#### EXERCISE DESCRIPTION
Every line below between the one holding "v1 (0,0,-25)" and the one holding "face PLANE(AX(P(120,0,-25),D(-1,0,0),D(0,0,1))) rev", inclusive, should be copied exactly, and no other line.

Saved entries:
/---
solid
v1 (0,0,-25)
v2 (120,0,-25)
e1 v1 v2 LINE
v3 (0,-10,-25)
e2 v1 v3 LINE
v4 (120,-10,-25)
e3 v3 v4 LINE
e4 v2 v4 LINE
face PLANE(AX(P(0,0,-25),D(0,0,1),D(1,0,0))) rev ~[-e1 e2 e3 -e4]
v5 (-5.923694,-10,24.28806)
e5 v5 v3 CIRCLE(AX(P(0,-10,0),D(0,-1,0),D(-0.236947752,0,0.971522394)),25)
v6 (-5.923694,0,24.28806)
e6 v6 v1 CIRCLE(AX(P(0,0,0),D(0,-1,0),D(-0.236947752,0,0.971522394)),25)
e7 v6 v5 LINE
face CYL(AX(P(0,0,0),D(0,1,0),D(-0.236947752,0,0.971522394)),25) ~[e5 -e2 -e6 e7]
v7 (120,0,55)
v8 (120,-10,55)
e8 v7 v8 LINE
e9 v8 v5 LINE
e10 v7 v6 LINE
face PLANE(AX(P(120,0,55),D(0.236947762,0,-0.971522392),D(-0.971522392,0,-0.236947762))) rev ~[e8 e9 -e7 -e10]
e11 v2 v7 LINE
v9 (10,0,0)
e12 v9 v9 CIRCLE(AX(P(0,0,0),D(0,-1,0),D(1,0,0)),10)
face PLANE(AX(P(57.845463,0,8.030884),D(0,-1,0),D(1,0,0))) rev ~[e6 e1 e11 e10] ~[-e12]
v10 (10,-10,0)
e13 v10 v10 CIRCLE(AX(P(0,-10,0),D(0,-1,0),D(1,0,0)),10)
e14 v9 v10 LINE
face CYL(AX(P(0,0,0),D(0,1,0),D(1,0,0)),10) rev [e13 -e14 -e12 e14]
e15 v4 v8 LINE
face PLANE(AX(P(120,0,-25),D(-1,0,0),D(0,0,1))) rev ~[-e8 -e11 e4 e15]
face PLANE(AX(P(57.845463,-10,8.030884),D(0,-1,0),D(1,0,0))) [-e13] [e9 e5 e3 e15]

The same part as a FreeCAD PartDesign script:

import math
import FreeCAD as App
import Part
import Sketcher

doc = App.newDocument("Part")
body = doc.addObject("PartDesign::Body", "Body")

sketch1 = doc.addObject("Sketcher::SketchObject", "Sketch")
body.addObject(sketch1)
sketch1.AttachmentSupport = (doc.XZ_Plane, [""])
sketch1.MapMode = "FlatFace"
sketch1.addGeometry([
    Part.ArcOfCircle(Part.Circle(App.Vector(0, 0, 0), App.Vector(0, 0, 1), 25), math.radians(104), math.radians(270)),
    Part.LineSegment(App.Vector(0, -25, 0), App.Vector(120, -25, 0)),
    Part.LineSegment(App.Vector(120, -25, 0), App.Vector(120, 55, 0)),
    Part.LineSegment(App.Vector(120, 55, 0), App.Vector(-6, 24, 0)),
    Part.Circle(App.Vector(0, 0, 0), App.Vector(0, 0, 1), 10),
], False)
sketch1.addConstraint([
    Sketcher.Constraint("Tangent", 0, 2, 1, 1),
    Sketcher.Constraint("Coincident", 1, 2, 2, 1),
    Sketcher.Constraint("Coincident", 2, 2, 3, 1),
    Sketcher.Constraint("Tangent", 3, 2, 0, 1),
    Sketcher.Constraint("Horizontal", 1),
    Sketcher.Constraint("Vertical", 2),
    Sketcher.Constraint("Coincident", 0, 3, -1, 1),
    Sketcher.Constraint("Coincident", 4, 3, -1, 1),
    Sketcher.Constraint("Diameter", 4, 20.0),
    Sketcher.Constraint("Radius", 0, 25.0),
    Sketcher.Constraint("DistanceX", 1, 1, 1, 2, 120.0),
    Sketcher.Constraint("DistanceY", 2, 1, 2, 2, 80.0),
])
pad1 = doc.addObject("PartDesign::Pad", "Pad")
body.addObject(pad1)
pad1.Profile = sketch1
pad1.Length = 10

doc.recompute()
\---
/---
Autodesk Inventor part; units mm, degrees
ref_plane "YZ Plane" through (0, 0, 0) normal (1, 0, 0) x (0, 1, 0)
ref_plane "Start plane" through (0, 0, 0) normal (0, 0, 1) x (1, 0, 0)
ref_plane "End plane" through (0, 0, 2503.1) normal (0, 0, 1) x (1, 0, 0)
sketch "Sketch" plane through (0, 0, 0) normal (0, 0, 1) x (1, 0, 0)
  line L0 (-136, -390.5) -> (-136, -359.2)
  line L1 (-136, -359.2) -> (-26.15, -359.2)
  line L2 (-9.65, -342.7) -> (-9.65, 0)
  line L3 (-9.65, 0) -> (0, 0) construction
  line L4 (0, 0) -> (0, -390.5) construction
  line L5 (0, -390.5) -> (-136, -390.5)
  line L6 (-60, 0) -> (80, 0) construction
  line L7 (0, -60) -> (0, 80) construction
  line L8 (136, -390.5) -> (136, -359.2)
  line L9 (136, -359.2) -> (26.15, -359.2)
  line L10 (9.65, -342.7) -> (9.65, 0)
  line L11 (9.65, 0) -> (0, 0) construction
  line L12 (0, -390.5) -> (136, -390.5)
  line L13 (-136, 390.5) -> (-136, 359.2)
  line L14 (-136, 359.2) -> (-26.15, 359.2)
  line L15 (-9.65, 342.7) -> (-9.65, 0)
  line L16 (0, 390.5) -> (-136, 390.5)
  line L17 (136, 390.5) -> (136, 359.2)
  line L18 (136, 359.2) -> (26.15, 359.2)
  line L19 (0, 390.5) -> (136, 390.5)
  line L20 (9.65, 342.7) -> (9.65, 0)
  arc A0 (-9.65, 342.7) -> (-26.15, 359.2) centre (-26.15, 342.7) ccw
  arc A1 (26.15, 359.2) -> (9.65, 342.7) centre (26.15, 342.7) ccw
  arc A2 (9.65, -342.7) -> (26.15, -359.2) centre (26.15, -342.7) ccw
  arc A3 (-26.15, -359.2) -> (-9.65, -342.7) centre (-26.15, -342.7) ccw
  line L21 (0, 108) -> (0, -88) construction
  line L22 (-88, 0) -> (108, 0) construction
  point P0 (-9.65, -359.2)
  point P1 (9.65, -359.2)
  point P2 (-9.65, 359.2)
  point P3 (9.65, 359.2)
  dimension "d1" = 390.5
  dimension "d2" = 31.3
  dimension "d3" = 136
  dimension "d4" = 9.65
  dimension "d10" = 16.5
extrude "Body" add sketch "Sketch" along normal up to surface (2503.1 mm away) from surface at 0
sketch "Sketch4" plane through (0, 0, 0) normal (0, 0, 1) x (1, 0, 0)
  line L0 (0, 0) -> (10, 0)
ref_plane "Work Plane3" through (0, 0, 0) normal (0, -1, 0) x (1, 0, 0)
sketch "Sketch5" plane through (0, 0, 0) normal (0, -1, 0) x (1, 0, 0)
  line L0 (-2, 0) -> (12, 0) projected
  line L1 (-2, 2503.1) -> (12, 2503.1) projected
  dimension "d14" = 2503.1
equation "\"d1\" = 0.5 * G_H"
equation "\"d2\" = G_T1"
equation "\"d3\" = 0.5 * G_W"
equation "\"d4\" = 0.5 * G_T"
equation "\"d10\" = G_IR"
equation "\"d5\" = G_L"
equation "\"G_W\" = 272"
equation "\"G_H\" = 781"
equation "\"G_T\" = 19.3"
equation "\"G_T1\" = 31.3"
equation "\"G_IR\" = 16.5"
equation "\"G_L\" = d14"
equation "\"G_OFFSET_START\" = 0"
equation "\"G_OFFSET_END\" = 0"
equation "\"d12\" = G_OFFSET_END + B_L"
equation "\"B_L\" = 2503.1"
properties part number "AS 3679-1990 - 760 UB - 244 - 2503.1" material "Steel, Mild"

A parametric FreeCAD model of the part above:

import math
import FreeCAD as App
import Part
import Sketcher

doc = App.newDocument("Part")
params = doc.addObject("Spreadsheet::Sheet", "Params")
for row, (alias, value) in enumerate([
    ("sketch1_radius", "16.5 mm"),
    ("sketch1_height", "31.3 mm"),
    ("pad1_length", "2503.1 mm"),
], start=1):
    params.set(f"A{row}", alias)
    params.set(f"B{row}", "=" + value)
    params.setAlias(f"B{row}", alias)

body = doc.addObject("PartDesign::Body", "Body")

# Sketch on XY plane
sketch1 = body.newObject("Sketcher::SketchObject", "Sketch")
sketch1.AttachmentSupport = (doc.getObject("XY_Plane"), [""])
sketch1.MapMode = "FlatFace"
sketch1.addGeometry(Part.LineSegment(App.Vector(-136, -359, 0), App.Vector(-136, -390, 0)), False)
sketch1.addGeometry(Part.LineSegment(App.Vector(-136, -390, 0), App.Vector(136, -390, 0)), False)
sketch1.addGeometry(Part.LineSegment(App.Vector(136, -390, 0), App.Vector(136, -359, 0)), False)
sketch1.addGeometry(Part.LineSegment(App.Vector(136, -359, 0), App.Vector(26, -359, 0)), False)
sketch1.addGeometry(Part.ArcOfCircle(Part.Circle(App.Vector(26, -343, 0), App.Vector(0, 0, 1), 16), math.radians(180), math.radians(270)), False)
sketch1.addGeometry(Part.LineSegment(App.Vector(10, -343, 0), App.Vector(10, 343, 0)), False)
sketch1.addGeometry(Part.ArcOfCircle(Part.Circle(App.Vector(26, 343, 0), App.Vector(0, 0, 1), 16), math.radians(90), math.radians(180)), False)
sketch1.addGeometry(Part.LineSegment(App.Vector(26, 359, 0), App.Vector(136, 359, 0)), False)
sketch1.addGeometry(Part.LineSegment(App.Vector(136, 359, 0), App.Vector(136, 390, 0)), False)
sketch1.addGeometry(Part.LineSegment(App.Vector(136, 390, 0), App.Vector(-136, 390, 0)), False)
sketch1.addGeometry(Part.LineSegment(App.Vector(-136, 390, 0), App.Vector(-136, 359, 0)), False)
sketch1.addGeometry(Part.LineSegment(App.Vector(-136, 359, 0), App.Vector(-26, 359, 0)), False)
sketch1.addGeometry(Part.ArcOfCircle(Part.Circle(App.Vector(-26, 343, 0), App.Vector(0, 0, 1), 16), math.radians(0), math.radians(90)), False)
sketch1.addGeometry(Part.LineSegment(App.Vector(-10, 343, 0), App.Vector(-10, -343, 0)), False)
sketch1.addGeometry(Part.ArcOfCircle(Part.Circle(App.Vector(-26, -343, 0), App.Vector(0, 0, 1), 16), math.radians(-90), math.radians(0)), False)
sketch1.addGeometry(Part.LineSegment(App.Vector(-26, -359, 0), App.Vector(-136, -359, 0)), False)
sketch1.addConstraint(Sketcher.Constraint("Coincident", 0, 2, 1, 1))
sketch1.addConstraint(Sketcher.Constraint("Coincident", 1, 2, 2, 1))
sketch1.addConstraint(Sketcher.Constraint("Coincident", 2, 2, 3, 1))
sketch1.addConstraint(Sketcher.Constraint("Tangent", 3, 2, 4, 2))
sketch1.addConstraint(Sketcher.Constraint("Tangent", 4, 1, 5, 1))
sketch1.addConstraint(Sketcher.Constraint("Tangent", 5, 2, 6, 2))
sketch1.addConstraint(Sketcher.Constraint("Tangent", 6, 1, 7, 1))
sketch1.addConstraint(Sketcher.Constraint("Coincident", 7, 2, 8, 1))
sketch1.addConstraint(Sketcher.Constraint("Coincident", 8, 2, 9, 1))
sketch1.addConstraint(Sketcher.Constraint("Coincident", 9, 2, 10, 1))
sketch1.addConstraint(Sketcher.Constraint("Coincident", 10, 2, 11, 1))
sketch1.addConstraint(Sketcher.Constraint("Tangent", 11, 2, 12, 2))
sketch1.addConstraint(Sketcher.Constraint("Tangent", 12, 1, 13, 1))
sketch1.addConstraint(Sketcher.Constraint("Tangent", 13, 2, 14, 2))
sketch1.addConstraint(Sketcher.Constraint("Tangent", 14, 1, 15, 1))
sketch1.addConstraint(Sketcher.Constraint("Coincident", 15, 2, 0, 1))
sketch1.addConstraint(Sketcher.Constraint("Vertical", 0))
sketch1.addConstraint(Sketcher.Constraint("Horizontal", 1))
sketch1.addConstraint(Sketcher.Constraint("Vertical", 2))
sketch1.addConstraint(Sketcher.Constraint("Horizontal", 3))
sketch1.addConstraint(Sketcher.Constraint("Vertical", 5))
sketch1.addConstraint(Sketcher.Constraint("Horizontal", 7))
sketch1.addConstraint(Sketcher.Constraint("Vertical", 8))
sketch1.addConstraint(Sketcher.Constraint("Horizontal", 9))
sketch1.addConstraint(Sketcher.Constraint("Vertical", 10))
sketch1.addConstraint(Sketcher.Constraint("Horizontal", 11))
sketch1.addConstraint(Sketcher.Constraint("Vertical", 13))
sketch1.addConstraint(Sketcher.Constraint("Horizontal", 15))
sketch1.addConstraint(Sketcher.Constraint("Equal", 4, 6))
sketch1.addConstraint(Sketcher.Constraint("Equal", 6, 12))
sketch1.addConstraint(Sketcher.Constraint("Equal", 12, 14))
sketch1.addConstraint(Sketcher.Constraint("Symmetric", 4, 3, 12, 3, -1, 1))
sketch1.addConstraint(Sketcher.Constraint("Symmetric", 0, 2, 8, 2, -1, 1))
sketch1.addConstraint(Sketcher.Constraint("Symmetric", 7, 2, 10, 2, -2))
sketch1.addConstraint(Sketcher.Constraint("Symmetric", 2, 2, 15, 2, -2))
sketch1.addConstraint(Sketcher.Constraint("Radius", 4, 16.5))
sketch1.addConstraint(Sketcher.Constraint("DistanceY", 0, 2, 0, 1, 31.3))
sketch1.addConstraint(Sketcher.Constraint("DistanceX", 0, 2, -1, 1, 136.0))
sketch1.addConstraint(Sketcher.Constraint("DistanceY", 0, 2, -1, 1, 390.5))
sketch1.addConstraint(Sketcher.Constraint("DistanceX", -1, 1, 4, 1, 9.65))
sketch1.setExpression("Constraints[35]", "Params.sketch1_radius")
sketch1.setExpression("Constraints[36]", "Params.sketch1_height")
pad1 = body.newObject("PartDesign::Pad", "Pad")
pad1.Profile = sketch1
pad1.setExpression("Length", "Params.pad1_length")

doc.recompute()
\---
#### EXERCISE SOLUTION
v1 (0,0,-25)
v2 (120,0,-25)
e1 v1 v2 LINE
v3 (0,-10,-25)
e2 v1 v3 LINE
v4 (120,-10,-25)
e3 v3 v4 LINE
e4 v2 v4 LINE
face PLANE(AX(P(0,0,-25),D(0,0,1),D(1,0,0))) rev ~[-e1 e2 e3 -e4]
v5 (-5.923694,-10,24.28806)
e5 v5 v3 CIRCLE(AX(P(0,-10,0),D(0,-1,0),D(-0.236947752,0,0.971522394)),25)
v6 (-5.923694,0,24.28806)
e6 v6 v1 CIRCLE(AX(P(0,0,0),D(0,-1,0),D(-0.236947752,0,0.971522394)),25)
e7 v6 v5 LINE
face CYL(AX(P(0,0,0),D(0,1,0),D(-0.236947752,0,0.971522394)),25) ~[e5 -e2 -e6 e7]
v7 (120,0,55)
v8 (120,-10,55)
e8 v7 v8 LINE
e9 v8 v5 LINE
e10 v7 v6 LINE
face PLANE(AX(P(120,0,55),D(0.236947762,0,-0.971522392),D(-0.971522392,0,-0.236947762))) rev ~[e8 e9 -e7 -e10]
e11 v2 v7 LINE
v9 (10,0,0)
e12 v9 v9 CIRCLE(AX(P(0,0,0),D(0,-1,0),D(1,0,0)),10)
face PLANE(AX(P(57.845463,0,8.030884),D(0,-1,0),D(1,0,0))) rev ~[e6 e1 e11 e10] ~[-e12]
v10 (10,-10,0)
e13 v10 v10 CIRCLE(AX(P(0,-10,0),D(0,-1,0),D(1,0,0)),10)
e14 v9 v10 LINE
face CYL(AX(P(0,0,0),D(0,1,0),D(1,0,0)),10) rev [e13 -e14 -e12 e14]
e15 v4 v8 LINE
face PLANE(AX(P(120,0,-25),D(-1,0,0),D(0,0,1))) rev ~[-e8 -e11 e4 e15]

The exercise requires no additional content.